As data becomes an omnipotent force to be used by governments and corporations, the question of who this data benefits has become ever more important. This interaction between data, power and intersectional feminism is the theme of Lauren Klein’s new book “Data Feminism.”
This Monday over Zoom, Klein shared thoughts and insights from “Data Feminism,” which was co-authored by Catherine D’Ignazio. Funded by the Northeast Big Data Information Hub and sponsored by the Data Science Digital Scholarship Initiative, The Hanson Center for Inclusive STEM Education and the Women’s, Gender and Sexuality Studies Department, Klein’s talk marked the beginning of Women’s History Month at the college.
Klein is currently an associate professor in the English and Quantitative Theory and Methods departments at Emory University, as well as the director of the school’s Digital Humanities Lab. The first part of a two-part discussion around Klein’s book will be held on March 16.
According to Klein, data feminism is about much more than just gender. It is about justice, power and challenging the imbalances of power on a broader scale.
“Catherine and I see data feminism as a larger body of work that is together working to hold corporate and government actors accountable for all sorts of racist, sexist, classist data products…You might think of face detection systems that cannot see people of color…Hiring algorithms that demote applicants that went to a women’s school…Child abuse detection algorithms that punish poor parents,” said Klein.
Klein further explained how data, often referred to as “the new oil,” are seen by corporations as an untapped natural resource “that can lead to profit once they are processed and refined.” This way of viewing data can lead to the oppression of women, especially those at the intersection of additional discriminated groups, such as people of color and members of the LGBTQ community.

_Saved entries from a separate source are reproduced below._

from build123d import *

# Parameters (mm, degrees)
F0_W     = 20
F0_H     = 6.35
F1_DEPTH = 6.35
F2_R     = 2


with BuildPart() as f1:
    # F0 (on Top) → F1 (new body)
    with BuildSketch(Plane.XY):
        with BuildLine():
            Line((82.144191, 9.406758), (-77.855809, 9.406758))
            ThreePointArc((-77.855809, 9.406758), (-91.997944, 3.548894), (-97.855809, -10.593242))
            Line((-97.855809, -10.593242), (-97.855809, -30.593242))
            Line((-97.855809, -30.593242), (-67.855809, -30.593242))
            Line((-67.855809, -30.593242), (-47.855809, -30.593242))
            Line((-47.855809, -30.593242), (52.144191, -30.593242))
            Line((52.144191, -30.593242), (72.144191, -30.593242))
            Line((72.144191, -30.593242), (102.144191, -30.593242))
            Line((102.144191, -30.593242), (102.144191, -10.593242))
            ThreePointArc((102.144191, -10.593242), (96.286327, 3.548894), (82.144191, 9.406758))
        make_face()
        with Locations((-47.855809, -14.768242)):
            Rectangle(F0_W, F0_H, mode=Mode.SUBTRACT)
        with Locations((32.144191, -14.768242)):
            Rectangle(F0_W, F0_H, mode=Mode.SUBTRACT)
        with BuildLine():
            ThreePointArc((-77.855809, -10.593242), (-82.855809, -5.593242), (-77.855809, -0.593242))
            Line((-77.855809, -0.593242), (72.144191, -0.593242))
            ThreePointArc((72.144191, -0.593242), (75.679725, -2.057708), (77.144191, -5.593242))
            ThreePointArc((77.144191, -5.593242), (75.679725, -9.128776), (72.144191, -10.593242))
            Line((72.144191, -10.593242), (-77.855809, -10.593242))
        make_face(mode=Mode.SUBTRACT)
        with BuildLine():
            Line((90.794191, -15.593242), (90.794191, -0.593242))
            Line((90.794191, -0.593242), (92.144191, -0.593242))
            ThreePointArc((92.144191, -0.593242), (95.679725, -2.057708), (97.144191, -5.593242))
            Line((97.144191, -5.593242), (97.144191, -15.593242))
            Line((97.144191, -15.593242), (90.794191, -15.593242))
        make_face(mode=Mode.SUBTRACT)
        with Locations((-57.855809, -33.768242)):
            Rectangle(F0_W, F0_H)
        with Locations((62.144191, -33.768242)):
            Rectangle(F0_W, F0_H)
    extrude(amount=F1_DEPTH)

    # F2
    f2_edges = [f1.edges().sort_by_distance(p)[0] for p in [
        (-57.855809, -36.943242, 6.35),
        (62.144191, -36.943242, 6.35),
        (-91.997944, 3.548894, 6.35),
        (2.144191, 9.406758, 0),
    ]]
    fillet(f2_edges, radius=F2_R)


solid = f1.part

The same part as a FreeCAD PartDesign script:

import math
import FreeCAD as App
import Part
import Sketcher
Q = App.Units.Quantity


def edges_at(feature, points):
    """Names of the edges that pass closest to the given points."""
    edges = feature.Shape.Edges
    near = lambda p: min(range(len(edges)), key=lambda i: edges[i].distToShape(Part.Vertex(*p))[0])
    return sorted({f"Edge{near(p) + 1}" for p in points})

doc = App.newDocument("Part")
params = doc.addObject("Spreadsheet::Sheet", "Params")
for row, (alias, value) in enumerate([
    ("sketch1_radius", "20 mm"),
    ("sketch1_radius2", "5 mm"),
    ("sketch1_width", "160 mm"),
    ("sketch1_width2", "30 mm"),
    ("sketch1_width3", "20 mm"),
    ("pad1_length", "6.35 mm"),
    ("fillet_radius", "2 mm"),
], start=1):
    params.set(f"A{row}", alias)
    params.set(f"B{row}", "=" + value)
    params.setAlias(f"B{row}", alias)

body = doc.addObject("PartDesign::Body", "Body")

sketch1 = body.newObject("Sketcher::SketchObject", "Sketch")
sketch1.AttachmentSupport = (doc.getObject("XY_Plane"), [""])
sketch1.MapMode = "FlatFace"
sketch1.addGeometry(Part.LineSegment(App.Vector(82.144191, 9.406758, 0), App.Vector(-77.855809, 9.406758, 0)), False)
sketch1.addGeometry(Part.ArcOfCircle(Part.Circle(App.Vector(-77.855809, -10.593242, 0), App.Vector(0, 0, 1), 20), math.radians(90.000001), math.radians(179.999999)), False)
sketch1.addGeometry(Part.LineSegment(App.Vector(-97.855809, -10.593242, 0), App.Vector(-97.855809, -30.593242, 0)), False)
sketch1.addGeometry(Part.LineSegment(App.Vector(-97.855809, -30.593242, 0), App.Vector(-67.855809, -30.593242, 0)), False)
sketch1.addGeometry(Part.LineSegment(App.Vector(-67.855809, -30.593242, 0), App.Vector(-67.855809, -36.943242, 0)), False)
sketch1.addGeometry(Part.LineSegment(App.Vector(-67.855809, -36.943242, 0), App.Vector(-47.855809, -36.943242, 0)), False)
sketch1.addGeometry(Part.LineSegment(App.Vector(-47.855809, -36.943242, 0), App.Vector(-47.855809, -30.593242, 0)), False)
sketch1.addGeometry(Part.LineSegment(App.Vector(-47.855809, -30.593242, 0), App.Vector(52.144191, -30.593242, 0)), False)
sketch1.addGeometry(Part.LineSegment(App.Vector(52.144191, -30.593242, 0), App.Vector(52.144191, -36.943242, 0)), False)
sketch1.addGeometry(Part.LineSegment(App.Vector(52.144191, -36.943242, 0), App.Vector(72.144191, -36.943242, 0)), False)
sketch1.addGeometry(Part.LineSegment(App.Vector(72.144191, -36.943242, 0), App.Vector(72.144191, -30.593242, 0)), False)
sketch1.addGeometry(Part.LineSegment(App.Vector(72.144191, -30.593242, 0), App.Vector(102.144191, -30.593242, 0)), False)
sketch1.addGeometry(Part.LineSegment(App.Vector(102.144191, -30.593242, 0), App.Vector(102.144191, -10.593242, 0)), False)
sketch1.addGeometry(Part.ArcOfCircle(Part.Circle(App.Vector(82.144192, -10.593241, 0), App.Vector(0, 0, 1), 19.999999), math.radians(-0.000004), math.radians(90.000004)), False)
sketch1.addGeometry(Part.LineSegment(App.Vector(-37.855809, -17.943242, 0), App.Vector(-57.855809, -17.943242, 0)), False)
sketch1.addGeometry(Part.LineSegment(App.Vector(-57.855809, -17.943242, 0), App.Vector(-57.855809, -11.593242, 0)), False)
sketch1.addGeometry(Part.LineSegment(App.Vector(-57.855809, -11.593242, 0), App.Vector(-37.855809, -11.593242, 0)), False)
sketch1.addGeometry(Part.LineSegment(App.Vector(-37.855809, -11.593242, 0), App.Vector(-37.855809, -17.943242, 0)), False)
sketch1.addGeometry(Part.LineSegment(App.Vector(42.144191, -17.943242, 0), App.Vector(22.144191, -17.943242, 0)), False)
sketch1.addGeometry(Part.LineSegment(App.Vector(22.144191, -17.943242, 0), App.Vector(22.144191, -11.593242, 0)), False)
sketch1.addGeometry(Part.LineSegment(App.Vector(22.144191, -11.593242, 0), App.Vector(42.144191, -11.593242, 0)), False)
sketch1.addGeometry(Part.LineSegment(App.Vector(42.144191, -11.593242, 0), App.Vector(42.144191, -17.943242, 0)), False)
sketch1.addGeometry(Part.LineSegment(App.Vector(72.144191, -10.593242, 0), App.Vector(-77.855809, -10.593242, 0)), False)
sketch1.addGeometry(Part.ArcOfCircle(Part.Circle(App.Vector(-77.855809, -5.593242, 0), App.Vector(0, 0, 1), 5), math.radians(90), math.radians(270)), False)
sketch1.addGeometry(Part.LineSegment(App.Vector(-77.855809, -0.593242, 0), App.Vector(72.144191, -0.593242, 0)), False)
sketch1.addGeometry(Part.ArcOfCircle(Part.Circle(App.Vector(72.144191, -5.593242, 0), App.Vector(0, 0, 1), 5), math.radians(-0.000004), math.radians(90.000004)), False)
sketch1.addGeometry(Part.ArcOfCircle(Part.Circle(App.Vector(72.144191, -5.593242, 0), App.Vector(0, 0, 1), 5), math.radians(-90.000004), math.radians(0.000004)), False)
sketch1.addGeometry(Part.LineSegment(App.Vector(97.144191, -15.593242, 0), App.Vector(90.794191, -15.593242, 0)), False)
sketch1.addGeometry(Part.LineSegment(App.Vector(90.794191, -15.593242, 0), App.Vector(90.794191, -0.593242, 0)), False)
sketch1.addGeometry(Part.LineSegment(App.Vector(90.794191, -0.593242, 0), App.Vector(92.144191, -0.593242, 0)), False)
sketch1.addGeometry(Part.ArcOfCircle(Part.Circle(App.Vector(92.144191, -5.593242, 0), App.Vector(0, 0, 1), 5), math.radians(-0.000004), math.radians(90.000004)), False)
sketch1.addGeometry(Part.LineSegment(App.Vector(97.144191, -5.593242, 0), App.Vector(97.144191, -15.593242, 0)), False)
sketch1.addConstraint(Sketcher.Constraint("Tangent", 0, 2, 1, 1))
sketch1.addConstraint(Sketcher.Constraint("Tangent", 1, 2, 2, 1))
sketch1.addConstraint(Sketcher.Constraint("Coincident", 2, 2, 3, 1))
sketch1.addConstraint(Sketcher.Constraint("Coincident", 3, 2, 4, 1))
sketch1.addConstraint(Sketcher.Constraint("Coincident", 4, 2, 5, 1))
sketch1.addConstraint(Sketcher.Constraint("Coincident", 5, 2, 6, 1))
sketch1.addConstraint(Sketcher.Constraint("Coincident", 6, 2, 7, 1))
sketch1.addConstraint(Sketcher.Constraint("Coincident", 7, 2, 8, 1))
sketch1.addConstraint(Sketcher.Constraint("Coincident", 8, 2, 9, 1))
sketch1.addConstraint(Sketcher.Constraint("Coincident", 9, 2, 10, 1))
sketch1.addConstraint(Sketcher.Constraint("Coincident", 10, 2, 11, 1))
sketch1.addConstraint(Sketcher.Constraint("Coincident", 11, 2, 12, 1))
sketch1.addConstraint(Sketcher.Constraint("Tangent", 12, 2, 13, 1))
sketch1.addConstraint(Sketcher.Constraint("Tangent", 13, 2, 0, 1))
sketch1.addConstraint(Sketcher.Constraint("Coincident", 14, 2, 15, 1))
sketch1.addConstraint(Sketcher.Constraint("Coincident", 15, 2, 16, 1))
sketch1.addConstraint(Sketcher.Constraint("Coincident", 16, 2, 17, 1))
sketch1.addConstraint(Sketcher.Constraint("Coincident", 17, 2, 14, 1))
sketch1.addConstraint(Sketcher.Constraint("Coincident", 18, 2, 19, 1))
sketch1.addConstraint(Sketcher.Constraint("Coincident", 19, 2, 20, 1))
sketch1.addConstraint(Sketcher.Constraint("Coincident", 20, 2, 21, 1))
sketch1.addConstraint(Sketcher.Constraint("Coincident", 21, 2, 18, 1))
sketch1.addConstraint(Sketcher.Constraint("Tangent", 22, 2, 23, 2))
sketch1.addConstraint(Sketcher.Constraint("Tangent", 23, 1, 24, 1))
sketch1.addConstraint(Sketcher.Constraint("Tangent", 24, 2, 25, 2))
sketch1.addConstraint(Sketcher.Constraint("Tangent", 25, 1, 26, 2))
sketch1.addConstraint(Sketcher.Constraint("Tangent", 26, 1, 22, 1))
sketch1.addConstraint(Sketcher.Constraint("Coincident", 27, 2, 28, 1))
sketch1.addConstraint(Sketcher.Constraint("Coincident", 28, 2, 29, 1))
sketch1.addConstraint(Sketcher.Constraint("Tangent", 29, 2, 30, 2))
sketch1.addConstraint(Sketcher.Constraint("Tangent", 30, 1, 31, 1))
sketch1.addConstraint(Sketcher.Constraint("Coincident", 31, 2, 27, 1))
sketch1.addConstraint(Sketcher.Constraint("Horizontal", 0))
sketch1.addConstraint(Sketcher.Constraint("Vertical", 2))
sketch1.addConstraint(Sketcher.Constraint("Horizontal", 3))
sketch1.addConstraint(Sketcher.Constraint("Vertical", 4))
sketch1.addConstraint(Sketcher.Constraint("Horizontal", 5))
sketch1.addConstraint(Sketcher.Constraint("Vertical", 6))
sketch1.addConstraint(Sketcher.Constraint("Horizontal", 7))
sketch1.addConstraint(Sketcher.Constraint("Vertical", 8))
sketch1.addConstraint(Sketcher.Constraint("Horizontal", 9))
sketch1.addConstraint(Sketcher.Constraint("Vertical", 10))
sketch1.addConstraint(Sketcher.Constraint("Horizontal", 11))
sketch1.addConstraint(Sketcher.Constraint("Vertical", 12))
sketch1.addConstraint(Sketcher.Constraint("Horizontal", 14))
sketch1.addConstraint(Sketcher.Constraint("Vertical", 15))
sketch1.addConstraint(Sketcher.Constraint("Horizontal", 16))
sketch1.addConstraint(Sketcher.Constraint("Vertical", 17))
sketch1.addConstraint(Sketcher.Constraint("Horizontal", 18))
sketch1.addConstraint(Sketcher.Constraint("Vertical", 19))
sketch1.addConstraint(Sketcher.Constraint("Horizontal", 20))
sketch1.addConstraint(Sketcher.Constraint("Vertical", 21))
sketch1.addConstraint(Sketcher.Constraint("Horizontal", 22))
sketch1.addConstraint(Sketcher.Constraint("Horizontal", 24))
sketch1.addConstraint(Sketcher.Constraint("Horizontal", 27))
sketch1.addConstraint(Sketcher.Constraint("Vertical", 28))
sketch1.addConstraint(Sketcher.Constraint("Horizontal", 29))
sketch1.addConstraint(Sketcher.Constraint("Vertical", 31))
sketch1.addConstraint(Sketcher.Constraint("Coincident", 22, 2, 1, 3))
sketch1.addConstraint(Sketcher.Constraint("Equal", 1, 13))
sketch1.addConstraint(Sketcher.Constraint("Equal", 23, 25))
sketch1.addConstraint(Sketcher.Constraint("Equal", 26, 30))
sketch1.addConstraint(Sketcher.Constraint("Horizontal", 26, 3, 30, 3))
sketch1.addConstraint(Sketcher.Constraint("Horizontal", 3, 2, 6, 2))
sketch1.addConstraint(Sketcher.Constraint("Horizontal", 5, 2, 8, 2))
sketch1.addConstraint(Sketcher.Constraint("Horizontal", 7, 2, 10, 2))
sketch1.addConstraint(Sketcher.Constraint("Horizontal", 17, 2, 18, 2))
sketch1.addConstraint(Sketcher.Constraint("Horizontal", 16, 2, 19, 2))
sketch1.addConstraint(Sketcher.Constraint("Horizontal", 30, 3, 25, 1))
sketch1.addConstraint(Sketcher.Constraint("Vertical", 26, 3, 9, 2))
sketch1.addConstraint(Sketcher.Constraint("Equal", 5, 9))
sketch1.addConstraint(Sketcher.Constraint("Equal", 3, 11))
sketch1.addConstraint(Sketcher.Constraint("Equal", 9, 14))
sketch1.addConstraint(Sketcher.Constraint("Equal", 16, 18))
sketch1.addConstraint(Sketcher.Constraint("Equal", 20, 2))
sketch1.addConstraint(Sketcher.Constraint("Equal", 27, 4))
sketch1.addConstraint(Sketcher.Constraint("Equal", 10, 15))
sketch1.addConstraint(Sketcher.Constraint("Radius", 1, Q("20 mm")))
sketch1.addConstraint(Sketcher.Constraint("Radius", 23, Q("5 mm")))
sketch1.addConstraint(Sketcher.Constraint("DistanceX", 0, 2, 0, 1, Q("160 mm")))
sketch1.addConstraint(Sketcher.Constraint("DistanceX", 3, 1, 3, 2, Q("30 mm")))
sketch1.addConstraint(Sketcher.Constraint("DistanceX", 5, 1, 5, 2, Q("20 mm")))
sketch1.addConstraint(Sketcher.Constraint("DistanceY", 28, 1, 28, 2, Q("15 mm")))
sketch1.addConstraint(Sketcher.Constraint("DistanceX", 13, 3, 30, 3, Q("9.999999 mm")))
sketch1.addConstraint(Sketcher.Constraint("DistanceX", 3, 2, 14, 2, Q("10 mm")))
sketch1.addConstraint(Sketcher.Constraint("DistanceY", 4, 2, 14, 2, Q("19 mm")))
sketch1.addConstraint(Sketcher.Constraint("DistanceX", 18, 2, 7, 2, Q("30 mm")))
sketch1.addConstraint(Sketcher.Constraint("DistanceX", 27, 2, 27, 1, Q("6.35 mm")))
sketch1.addConstraint(Sketcher.Constraint("DistanceX", 1, 3, -1, 1, Q("77.855809 mm")))
sketch1.addConstraint(Sketcher.Constraint("DistanceY", 13, 3, -1, 1, Q("10.593241 mm")))
sketch1.setExpression("Constraints[77]", "Params.sketch1_radius")
sketch1.setExpression("Constraints[78]", "Params.sketch1_radius2")
sketch1.setExpression("Constraints[79]", "Params.sketch1_width")
sketch1.setExpression("Constraints[80]", "Params.sketch1_width2")
sketch1.setExpression("Constraints[81]", "Params.sketch1_width3")
pad1 = body.newObject("PartDesign::Pad", "Pad")
pad1.Profile = sketch1
pad1.setExpression("Length", "Params.pad1_length")
doc.recompute()

fillet = body.newObject("PartDesign::Fillet", "Fillet")
fillet.Base = (pad1, edges_at(pad1, [
    (-57.856, -36.943, 6.35),
    (62.144, -36.943, 6.35),
    (-91.998, 3.549, 6.35),
    (2.144, 9.407, 0),
]))
fillet.setExpression("Radius", "Params.fillet_radius")

doc.recompute()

To further illustrate her point about the suppression of those “who chose to speak truth to power,” Klein referred to the case of Timnit Gebru, the ex-co-lead of Google’s ethical AI team. Gebru, an advocate who asked questions regarding unethical AI at Google, was fired when she demanded greater transparency in the internal peer-review process after her academic paper was retracted.
Referring to the role of feminism in this fight, Klein said, “We’re by no means the first ones to have made the case that this oppression is real, that it’s ongoing, and that it’s really necessary to dismantle. More specifically, feminism and intersectional feminism have been focused on this precise issue of dismantling instances of oppression and the forces of power that produce these instances of oppression.”

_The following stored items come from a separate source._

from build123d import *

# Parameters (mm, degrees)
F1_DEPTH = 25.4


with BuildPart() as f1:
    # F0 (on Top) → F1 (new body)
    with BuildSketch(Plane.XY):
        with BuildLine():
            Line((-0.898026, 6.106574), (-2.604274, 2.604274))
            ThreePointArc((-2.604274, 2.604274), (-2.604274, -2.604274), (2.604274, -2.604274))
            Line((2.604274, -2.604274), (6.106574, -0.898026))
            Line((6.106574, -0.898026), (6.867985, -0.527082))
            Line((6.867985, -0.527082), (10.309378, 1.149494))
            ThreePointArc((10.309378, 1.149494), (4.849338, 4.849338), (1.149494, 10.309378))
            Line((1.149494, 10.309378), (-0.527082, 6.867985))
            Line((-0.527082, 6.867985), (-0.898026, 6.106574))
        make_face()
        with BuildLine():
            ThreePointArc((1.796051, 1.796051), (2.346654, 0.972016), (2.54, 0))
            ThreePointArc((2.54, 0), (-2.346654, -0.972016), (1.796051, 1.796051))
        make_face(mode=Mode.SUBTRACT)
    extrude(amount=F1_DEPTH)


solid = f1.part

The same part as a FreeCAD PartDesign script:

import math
import FreeCAD as App
import Part
import Sketcher
from FreeCAD import Vector
Q = App.Units.Quantity

doc = App.newDocument("Part")
params = doc.addObject("Spreadsheet::Sheet", "Params")
for row, (alias, value) in enumerate([
    ("sketch1_radius", "0.1 in"),
    ("sketch1_radius2", "0.145 in"),
    ("sketch1_radius3", "0.6879998 in"),
    ("pad1_length", "1 in"),
], start=1):
    params.set(f"A{row}", alias)
    params.set(f"B{row}", "=" + value)
    params.setAlias(f"B{row}", alias)

body = doc.addObject("PartDesign::Body", "Body")

sketch1 = doc.addObject("Sketcher::SketchObject", "Sketch")
body.addObject(sketch1)
sketch1.AttachmentSupport = (doc.XY_Plane, [""])
sketch1.MapMode = "FlatFace"
sketch1.addGeometry([
    Part.LineSegment(Vector(-0.9, 6.1, 0), Vector(-2.6, 2.6, 0)),
    Part.ArcOfCircle(Part.Circle(Vector(0, 0, 0), Vector(0, 0, 1), 3.7), math.radians(135), math.radians(315)),
    Part.LineSegment(Vector(2.6, -2.6, 0), Vector(6.1, -0.9, 0)),
    Part.LineSegment(Vector(6.1, -0.9, 0), Vector(6.9, -0.5, 0)),
    Part.LineSegment(Vector(6.9, -0.5, 0), Vector(10.3, 1.1, 0)),
    Part.ArcOfCircle(Part.Circle(Vector(17.2, 17.2, 0), Vector(0, 0, 1), 17.5), math.radians(-157), math.radians(-113)),
    Part.LineSegment(Vector(1.1, 10.3, 0), Vector(-0.5, 6.9, 0)),
    Part.LineSegment(Vector(-0.5, 6.9, 0), Vector(-0.9, 6.1, 0)),
    Part.ArcOfCircle(Part.Circle(Vector(0, 0, 0), Vector(0, 0, 1), 2.5), math.radians(45), math.radians(360)),
    Part.ArcOfCircle(Part.Circle(Vector(0, 0, 0), Vector(0, 0, 1), 2.5), math.radians(0), math.radians(45)),
], False)
sketch1.addConstraint([
    Sketcher.Constraint("Coincident", 0, 2, 1, 1),
    Sketcher.Constraint("Coincident", 1, 2, 2, 1),
    Sketcher.Constraint("Coincident", 2, 2, 3, 1),
    Sketcher.Constraint("Coincident", 3, 2, 4, 1),
    Sketcher.Constraint("Coincident", 4, 2, 5, 2),
    Sketcher.Constraint("Coincident", 5, 1, 6, 1),
    Sketcher.Constraint("Coincident", 6, 2, 7, 1),
    Sketcher.Constraint("Coincident", 7, 2, 0, 1),
    Sketcher.Constraint("Tangent", 8, 1, 9, 2),
    Sketcher.Constraint("Coincident", 9, 1, 8, 2),
    Sketcher.Constraint("Coincident", 1, 3, -1, 1),
    Sketcher.Constraint("Coincident", 8, 3, -1, 1),
    Sketcher.Constraint("PointOnObject", 9, 1, -1),
    Sketcher.Constraint("Parallel", 2, 3),
    Sketcher.Constraint("Parallel", 3, 4),
    Sketcher.Constraint("Parallel", 0, 6),
    Sketcher.Constraint("Parallel", 6, 7),
    Sketcher.Constraint("Equal", 0, 2),
    Sketcher.Constraint("Equal", 4, 6),
    Sketcher.Constraint("Equal", 3, 7),
    Sketcher.Constraint("Radius", 8, Q("0.1 in")),
    Sketcher.Constraint("Radius", 1, Q("0.145 in")),
    Sketcher.Constraint("Radius", 5, Q("0.6879998 in")),
    Sketcher.Constraint("DistanceX", 1, 2, 2, 2, 3.5023),
    Sketcher.Constraint("DistanceY", 2, 2, 0, 2, 3.5023),
    Sketcher.Constraint("DistanceY", 0, 2, 7, 2, 3.5023),
    Sketcher.Constraint("DistanceX", -1, 1, 8, 1, 1.796051),
    Sketcher.Constraint("DistanceX", 0, 2, 5, 3, 19.810441),
    Sketcher.Constraint("DistanceX", 9, 3, 1, 2, 2.604272),
    Sketcher.Constraint("DistanceX", 0, 2, 1, 2, 5.208548),
    Sketcher.Constraint("DistanceX", 2, 2, 3, 2, 0.761411),
])
sketch1.setExpression("Constraints[20]", "Params.sketch1_radius")
sketch1.setExpression("Constraints[21]", "Params.sketch1_radius2")
sketch1.setExpression("Constraints[22]", "Params.sketch1_radius3")
pad1 = doc.addObject("PartDesign::Pad", "Pad")
body.addObject(pad1)
pad1.Profile = sketch1
pad1.setExpression("Length", "Params.pad1_length")

doc.recompute()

“Feminism teaches us to ask questions about power,” she elaborated.
Klein explained that “Data Feminism” takes inspiration from the “long history of feminist activism and critical thought” and applies this thinking to data science in order to understand the wider themes of injustice and oppression.

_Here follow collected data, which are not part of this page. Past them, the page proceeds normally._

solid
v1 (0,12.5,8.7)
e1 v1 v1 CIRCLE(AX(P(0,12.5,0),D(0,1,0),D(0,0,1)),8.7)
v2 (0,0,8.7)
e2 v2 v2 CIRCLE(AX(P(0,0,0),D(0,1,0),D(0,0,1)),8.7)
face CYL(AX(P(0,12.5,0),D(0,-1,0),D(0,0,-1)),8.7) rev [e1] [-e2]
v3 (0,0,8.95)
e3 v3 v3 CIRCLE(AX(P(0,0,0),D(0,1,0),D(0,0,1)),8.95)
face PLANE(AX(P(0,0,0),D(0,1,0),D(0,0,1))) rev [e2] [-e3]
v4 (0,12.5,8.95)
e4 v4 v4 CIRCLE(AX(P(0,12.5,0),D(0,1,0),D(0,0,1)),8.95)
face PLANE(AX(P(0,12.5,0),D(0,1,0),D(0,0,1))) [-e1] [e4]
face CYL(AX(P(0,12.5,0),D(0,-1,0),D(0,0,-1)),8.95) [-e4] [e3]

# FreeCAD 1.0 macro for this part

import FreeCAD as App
import Part
import Sketcher
from FreeCAD import Vector
Q = App.Units.Quantity

doc = App.newDocument("Part")
body = doc.addObject("PartDesign::Body", "Body")

sketch1 = body.newObject("Sketcher::SketchObject", "Sketch")
sketch1.AttachmentSupport = (doc.getObject("XZ_Plane"), [""])
sketch1.MapMode = "FlatFace"
sketch1.addGeometry([
    Part.Circle(Vector(0, 0, 0), Vector(0, 0, 1), 9),
    Part.Circle(Vector(0, 0, 0), Vector(0, 0, 1), 9),
], False)
sketch1.addConstraint([
    Sketcher.Constraint("Coincident", 0, 3, -1, 1),
    Sketcher.Constraint("Coincident", 1, 3, -1, 1),
    Sketcher.Constraint("Diameter", 0, Q("17.9 mm")),
    Sketcher.Constraint("Diameter", 1, Q("17.4 mm")),
])
pad1 = body.newObject("PartDesign::Pad", "Pad")
pad1.Profile = sketch1
pad1.Length = 12.5
pad1.Reversed = True

doc.recompute()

After her talk on the book, Klein opened the floor to questions.
One participant pointed out that establishing emotion as a norm in the depiction of data can be used as a tool of oppression in the hands of corrupt leaders.
“How do you get around that when trying to make emotion a norm in portraying data?” he asked.
According to Klein, emotion is already in play in scientific-looking images. To illustrate her point, Klein talked about a paper led by an MIT graduate student about misinformation related to COVID-19.
“She discovered that all of these COVID misinformation circulators actually produce their own scientific-looking visualizations with fake data, made-up data, no data, precisely in order to get people to believe that their claims are more scientific than they actually are,” Klein said.
Klein clarified that even though she does not believe all data visualizations need to be emotional, we must be aware of how that data is being interpreted “emotionally and rhetorically.”
“We interpret every image and every image carries with it certain implications, and we don’t think hard enough about what those implications are,” Klein said. “So, the point is, if you really need to dig into the data here, you should think about how it impacts individuals or how the data do not capture every part of whatever experience or situation that we’re trying to report on.”